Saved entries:
=-=-=

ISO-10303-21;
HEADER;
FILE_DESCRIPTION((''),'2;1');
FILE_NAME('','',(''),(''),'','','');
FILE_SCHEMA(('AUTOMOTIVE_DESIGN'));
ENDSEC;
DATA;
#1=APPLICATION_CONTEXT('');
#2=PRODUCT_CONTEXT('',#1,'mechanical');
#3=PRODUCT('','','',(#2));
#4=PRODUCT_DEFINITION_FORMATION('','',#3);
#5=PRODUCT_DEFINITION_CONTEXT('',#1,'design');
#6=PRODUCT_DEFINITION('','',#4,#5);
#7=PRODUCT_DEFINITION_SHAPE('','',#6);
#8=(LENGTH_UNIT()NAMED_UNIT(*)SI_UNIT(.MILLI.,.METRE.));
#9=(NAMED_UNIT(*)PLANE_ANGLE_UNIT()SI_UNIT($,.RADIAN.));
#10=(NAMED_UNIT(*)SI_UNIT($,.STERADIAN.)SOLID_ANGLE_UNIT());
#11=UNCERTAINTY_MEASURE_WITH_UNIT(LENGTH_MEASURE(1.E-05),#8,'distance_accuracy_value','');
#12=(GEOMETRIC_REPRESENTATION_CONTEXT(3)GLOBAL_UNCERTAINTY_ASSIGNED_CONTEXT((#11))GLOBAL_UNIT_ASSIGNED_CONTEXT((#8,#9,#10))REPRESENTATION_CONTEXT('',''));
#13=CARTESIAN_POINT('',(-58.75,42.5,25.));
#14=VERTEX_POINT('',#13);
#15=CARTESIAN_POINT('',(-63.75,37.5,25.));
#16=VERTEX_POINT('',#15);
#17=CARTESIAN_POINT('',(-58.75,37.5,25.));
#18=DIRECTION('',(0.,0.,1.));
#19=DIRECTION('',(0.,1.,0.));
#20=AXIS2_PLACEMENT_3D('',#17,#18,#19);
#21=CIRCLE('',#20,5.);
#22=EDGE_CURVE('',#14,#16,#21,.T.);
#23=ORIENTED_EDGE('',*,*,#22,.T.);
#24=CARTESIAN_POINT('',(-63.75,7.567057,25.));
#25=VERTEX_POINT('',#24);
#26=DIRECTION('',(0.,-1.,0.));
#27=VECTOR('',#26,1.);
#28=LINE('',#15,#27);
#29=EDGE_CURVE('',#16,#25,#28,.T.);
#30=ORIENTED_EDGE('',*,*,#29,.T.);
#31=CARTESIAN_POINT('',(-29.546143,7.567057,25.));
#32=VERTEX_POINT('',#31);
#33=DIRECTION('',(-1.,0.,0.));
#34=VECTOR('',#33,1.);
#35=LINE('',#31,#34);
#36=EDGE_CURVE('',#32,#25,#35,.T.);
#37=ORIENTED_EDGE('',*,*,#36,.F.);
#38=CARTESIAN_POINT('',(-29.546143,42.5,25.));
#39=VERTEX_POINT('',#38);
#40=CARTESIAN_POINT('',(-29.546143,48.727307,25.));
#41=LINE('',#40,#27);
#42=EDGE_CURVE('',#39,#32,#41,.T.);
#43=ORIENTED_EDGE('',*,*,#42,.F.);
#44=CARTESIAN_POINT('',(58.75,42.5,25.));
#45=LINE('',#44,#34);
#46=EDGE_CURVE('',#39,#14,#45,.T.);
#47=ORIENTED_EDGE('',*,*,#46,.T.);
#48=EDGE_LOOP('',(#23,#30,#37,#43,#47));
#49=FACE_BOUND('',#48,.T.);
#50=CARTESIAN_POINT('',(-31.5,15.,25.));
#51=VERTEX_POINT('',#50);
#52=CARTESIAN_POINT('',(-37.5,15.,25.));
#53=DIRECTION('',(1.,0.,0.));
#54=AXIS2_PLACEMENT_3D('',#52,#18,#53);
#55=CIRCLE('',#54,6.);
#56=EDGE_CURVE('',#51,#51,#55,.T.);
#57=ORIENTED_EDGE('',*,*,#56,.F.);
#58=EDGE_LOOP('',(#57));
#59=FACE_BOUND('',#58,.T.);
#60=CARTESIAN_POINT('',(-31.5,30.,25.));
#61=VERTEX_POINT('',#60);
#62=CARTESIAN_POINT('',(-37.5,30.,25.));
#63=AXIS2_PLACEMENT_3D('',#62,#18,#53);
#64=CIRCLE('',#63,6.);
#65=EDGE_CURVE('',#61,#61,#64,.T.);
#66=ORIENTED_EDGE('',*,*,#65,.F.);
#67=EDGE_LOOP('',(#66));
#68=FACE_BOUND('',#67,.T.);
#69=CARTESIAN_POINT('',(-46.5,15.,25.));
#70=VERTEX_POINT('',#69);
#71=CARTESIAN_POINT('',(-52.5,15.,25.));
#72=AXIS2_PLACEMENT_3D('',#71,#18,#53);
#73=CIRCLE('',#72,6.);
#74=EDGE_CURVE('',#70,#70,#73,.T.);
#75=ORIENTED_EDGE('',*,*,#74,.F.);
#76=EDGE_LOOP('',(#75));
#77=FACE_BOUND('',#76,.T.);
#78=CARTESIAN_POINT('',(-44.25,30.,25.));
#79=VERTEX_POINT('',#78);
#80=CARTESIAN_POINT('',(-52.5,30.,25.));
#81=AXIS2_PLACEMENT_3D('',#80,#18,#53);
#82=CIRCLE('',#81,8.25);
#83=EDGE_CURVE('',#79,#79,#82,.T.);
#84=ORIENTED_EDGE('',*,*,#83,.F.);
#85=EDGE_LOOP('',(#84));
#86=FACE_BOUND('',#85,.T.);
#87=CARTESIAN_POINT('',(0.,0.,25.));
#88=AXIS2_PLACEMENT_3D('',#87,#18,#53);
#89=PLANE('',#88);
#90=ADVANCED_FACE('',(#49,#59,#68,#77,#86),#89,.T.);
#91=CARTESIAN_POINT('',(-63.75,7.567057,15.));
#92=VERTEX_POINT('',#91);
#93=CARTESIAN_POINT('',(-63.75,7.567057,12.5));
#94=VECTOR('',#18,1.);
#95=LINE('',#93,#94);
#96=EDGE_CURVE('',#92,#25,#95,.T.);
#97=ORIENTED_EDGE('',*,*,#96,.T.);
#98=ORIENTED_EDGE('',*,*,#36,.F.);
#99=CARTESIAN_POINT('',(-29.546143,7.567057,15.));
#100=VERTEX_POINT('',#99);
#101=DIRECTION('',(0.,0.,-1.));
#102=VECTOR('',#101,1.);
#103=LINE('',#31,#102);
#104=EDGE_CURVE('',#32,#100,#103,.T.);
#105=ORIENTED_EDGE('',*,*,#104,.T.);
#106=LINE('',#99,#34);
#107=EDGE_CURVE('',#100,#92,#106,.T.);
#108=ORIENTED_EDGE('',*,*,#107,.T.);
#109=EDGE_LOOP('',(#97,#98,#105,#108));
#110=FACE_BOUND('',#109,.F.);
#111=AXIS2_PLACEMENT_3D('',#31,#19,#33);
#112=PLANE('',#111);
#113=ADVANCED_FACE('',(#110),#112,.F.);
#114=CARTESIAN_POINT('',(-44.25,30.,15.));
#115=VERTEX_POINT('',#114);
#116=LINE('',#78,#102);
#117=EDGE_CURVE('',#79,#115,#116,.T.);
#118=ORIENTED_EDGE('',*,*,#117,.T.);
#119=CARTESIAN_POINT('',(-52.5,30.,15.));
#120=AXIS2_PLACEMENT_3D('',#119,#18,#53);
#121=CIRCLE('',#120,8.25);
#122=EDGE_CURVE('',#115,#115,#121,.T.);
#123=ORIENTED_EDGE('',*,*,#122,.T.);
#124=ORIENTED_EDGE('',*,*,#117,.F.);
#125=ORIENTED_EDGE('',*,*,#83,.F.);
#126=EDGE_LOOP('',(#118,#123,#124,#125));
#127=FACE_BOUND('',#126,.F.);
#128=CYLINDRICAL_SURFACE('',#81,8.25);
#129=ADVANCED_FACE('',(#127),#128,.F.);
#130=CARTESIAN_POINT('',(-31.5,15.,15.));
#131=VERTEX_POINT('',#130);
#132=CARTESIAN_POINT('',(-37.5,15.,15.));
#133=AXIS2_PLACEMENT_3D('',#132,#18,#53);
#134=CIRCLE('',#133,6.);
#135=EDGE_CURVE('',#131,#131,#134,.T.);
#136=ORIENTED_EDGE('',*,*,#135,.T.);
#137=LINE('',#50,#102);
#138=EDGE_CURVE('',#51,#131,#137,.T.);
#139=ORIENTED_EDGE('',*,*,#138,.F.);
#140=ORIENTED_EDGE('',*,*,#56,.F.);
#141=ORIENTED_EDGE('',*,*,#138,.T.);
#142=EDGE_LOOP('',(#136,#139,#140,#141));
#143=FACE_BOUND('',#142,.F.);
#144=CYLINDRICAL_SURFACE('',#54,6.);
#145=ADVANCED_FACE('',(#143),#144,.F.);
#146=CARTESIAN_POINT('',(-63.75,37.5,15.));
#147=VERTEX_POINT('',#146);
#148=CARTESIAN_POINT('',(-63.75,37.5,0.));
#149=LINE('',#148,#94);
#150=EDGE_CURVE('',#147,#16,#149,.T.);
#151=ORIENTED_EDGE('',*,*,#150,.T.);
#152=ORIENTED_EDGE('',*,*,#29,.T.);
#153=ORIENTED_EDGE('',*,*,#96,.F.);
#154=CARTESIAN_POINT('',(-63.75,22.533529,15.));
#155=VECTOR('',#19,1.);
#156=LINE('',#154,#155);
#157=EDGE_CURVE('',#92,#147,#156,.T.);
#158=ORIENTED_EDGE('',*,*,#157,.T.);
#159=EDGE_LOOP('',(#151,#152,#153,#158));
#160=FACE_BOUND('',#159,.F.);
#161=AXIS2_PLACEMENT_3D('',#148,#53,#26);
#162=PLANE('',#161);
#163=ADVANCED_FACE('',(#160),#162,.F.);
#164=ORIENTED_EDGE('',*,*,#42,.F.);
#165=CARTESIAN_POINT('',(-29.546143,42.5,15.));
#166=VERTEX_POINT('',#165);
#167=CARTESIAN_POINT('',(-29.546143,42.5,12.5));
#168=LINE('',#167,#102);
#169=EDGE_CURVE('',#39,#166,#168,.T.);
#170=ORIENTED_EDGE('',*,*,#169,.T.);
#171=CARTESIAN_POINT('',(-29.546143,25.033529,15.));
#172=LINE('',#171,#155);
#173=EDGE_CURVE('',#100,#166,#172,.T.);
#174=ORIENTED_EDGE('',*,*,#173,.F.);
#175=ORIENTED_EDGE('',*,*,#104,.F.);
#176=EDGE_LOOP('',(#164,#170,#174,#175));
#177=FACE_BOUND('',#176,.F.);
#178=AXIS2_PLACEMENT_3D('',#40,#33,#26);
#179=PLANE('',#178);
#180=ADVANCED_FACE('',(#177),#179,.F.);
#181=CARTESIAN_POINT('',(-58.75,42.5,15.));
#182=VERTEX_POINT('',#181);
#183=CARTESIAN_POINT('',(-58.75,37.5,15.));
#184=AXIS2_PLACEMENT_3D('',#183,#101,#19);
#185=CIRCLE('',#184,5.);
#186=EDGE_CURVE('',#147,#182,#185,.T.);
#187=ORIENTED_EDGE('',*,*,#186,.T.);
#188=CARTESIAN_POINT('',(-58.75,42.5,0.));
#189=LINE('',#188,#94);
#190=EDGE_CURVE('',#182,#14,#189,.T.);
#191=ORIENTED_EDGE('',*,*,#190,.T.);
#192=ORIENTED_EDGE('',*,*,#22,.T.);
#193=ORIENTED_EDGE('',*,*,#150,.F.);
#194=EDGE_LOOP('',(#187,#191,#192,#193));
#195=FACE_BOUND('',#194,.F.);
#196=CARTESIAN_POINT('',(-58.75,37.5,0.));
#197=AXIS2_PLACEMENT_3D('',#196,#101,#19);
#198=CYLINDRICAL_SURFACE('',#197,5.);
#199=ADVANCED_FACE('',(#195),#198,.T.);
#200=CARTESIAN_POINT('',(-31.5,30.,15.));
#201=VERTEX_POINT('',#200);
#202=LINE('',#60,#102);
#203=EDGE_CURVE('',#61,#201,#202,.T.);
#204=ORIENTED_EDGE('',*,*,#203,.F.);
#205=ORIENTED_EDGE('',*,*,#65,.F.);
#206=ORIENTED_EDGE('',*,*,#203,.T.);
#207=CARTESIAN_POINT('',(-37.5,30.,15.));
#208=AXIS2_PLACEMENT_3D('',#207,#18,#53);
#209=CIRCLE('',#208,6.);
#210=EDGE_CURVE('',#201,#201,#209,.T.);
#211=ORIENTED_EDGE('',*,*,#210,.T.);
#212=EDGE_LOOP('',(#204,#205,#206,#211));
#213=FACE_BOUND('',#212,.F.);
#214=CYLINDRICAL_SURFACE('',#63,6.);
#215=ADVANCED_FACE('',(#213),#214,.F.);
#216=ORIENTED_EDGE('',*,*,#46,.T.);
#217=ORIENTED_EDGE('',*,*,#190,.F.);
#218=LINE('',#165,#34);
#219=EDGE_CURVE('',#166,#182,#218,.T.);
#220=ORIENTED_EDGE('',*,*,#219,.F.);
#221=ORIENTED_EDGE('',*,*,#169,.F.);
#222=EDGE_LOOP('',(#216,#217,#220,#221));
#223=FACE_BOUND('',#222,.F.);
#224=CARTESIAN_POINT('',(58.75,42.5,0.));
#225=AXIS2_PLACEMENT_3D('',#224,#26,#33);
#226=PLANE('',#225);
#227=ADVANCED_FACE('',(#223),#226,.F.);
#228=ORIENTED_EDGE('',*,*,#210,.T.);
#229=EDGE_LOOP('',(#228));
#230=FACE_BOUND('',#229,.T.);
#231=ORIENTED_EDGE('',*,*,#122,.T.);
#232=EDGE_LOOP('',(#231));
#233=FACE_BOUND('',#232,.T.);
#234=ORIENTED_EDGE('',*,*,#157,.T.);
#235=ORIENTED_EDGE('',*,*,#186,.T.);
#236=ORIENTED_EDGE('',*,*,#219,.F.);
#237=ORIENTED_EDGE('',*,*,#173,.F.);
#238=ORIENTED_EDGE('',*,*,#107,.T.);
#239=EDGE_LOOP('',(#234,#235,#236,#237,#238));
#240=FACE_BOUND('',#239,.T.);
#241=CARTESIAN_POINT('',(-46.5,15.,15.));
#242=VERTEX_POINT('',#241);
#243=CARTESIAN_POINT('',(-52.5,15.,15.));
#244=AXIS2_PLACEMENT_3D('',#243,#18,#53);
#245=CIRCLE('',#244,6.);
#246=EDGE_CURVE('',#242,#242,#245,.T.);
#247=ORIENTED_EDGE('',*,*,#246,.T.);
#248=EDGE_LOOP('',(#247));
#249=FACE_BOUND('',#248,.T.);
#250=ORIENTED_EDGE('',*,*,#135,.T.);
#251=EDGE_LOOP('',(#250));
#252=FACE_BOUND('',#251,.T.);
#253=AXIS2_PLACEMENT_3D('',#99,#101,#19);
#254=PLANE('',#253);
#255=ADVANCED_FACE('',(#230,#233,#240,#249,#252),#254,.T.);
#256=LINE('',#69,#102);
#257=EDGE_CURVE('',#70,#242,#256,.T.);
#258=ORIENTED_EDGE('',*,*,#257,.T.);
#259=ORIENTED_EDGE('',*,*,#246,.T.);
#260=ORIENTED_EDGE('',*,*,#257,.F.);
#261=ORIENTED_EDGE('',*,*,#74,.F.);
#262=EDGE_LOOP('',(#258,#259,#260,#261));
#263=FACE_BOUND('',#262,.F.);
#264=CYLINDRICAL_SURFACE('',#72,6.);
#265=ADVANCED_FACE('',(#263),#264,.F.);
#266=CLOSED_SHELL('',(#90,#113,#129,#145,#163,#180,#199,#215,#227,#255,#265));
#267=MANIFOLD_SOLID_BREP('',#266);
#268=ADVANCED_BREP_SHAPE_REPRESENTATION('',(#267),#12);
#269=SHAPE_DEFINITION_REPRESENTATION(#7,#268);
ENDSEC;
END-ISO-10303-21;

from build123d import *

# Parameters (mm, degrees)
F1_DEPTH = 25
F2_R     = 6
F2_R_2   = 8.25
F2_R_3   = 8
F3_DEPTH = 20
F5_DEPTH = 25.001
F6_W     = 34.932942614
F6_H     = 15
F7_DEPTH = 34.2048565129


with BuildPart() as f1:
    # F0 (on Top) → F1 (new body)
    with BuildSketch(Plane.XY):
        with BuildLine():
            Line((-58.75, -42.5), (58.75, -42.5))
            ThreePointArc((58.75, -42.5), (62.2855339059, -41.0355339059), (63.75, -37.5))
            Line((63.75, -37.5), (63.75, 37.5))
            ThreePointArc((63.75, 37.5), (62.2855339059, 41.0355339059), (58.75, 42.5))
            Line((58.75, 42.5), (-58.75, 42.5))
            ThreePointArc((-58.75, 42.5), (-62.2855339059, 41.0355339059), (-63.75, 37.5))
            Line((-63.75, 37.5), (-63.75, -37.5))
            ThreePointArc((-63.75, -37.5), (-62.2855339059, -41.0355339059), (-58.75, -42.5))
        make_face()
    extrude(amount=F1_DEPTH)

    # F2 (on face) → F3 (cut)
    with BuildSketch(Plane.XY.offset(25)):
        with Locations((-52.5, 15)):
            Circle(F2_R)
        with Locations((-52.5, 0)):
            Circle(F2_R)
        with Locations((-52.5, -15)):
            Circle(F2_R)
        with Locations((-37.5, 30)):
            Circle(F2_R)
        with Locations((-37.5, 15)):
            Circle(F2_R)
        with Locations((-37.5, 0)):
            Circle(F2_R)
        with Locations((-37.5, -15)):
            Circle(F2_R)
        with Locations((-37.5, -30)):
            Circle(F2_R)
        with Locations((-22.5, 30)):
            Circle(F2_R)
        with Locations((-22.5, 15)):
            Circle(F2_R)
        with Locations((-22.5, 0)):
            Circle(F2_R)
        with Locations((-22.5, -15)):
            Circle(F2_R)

=-=-=

Exercise details.
Copy each line above that contains the string "VECTOR".

Task result.
#27=VECTOR('',#26,1.);
#34=VECTOR('',#33,1.);
#94=VECTOR('',#18,1.);
#102=VECTOR('',#101,1.);
#155=VECTOR('',#19,1.);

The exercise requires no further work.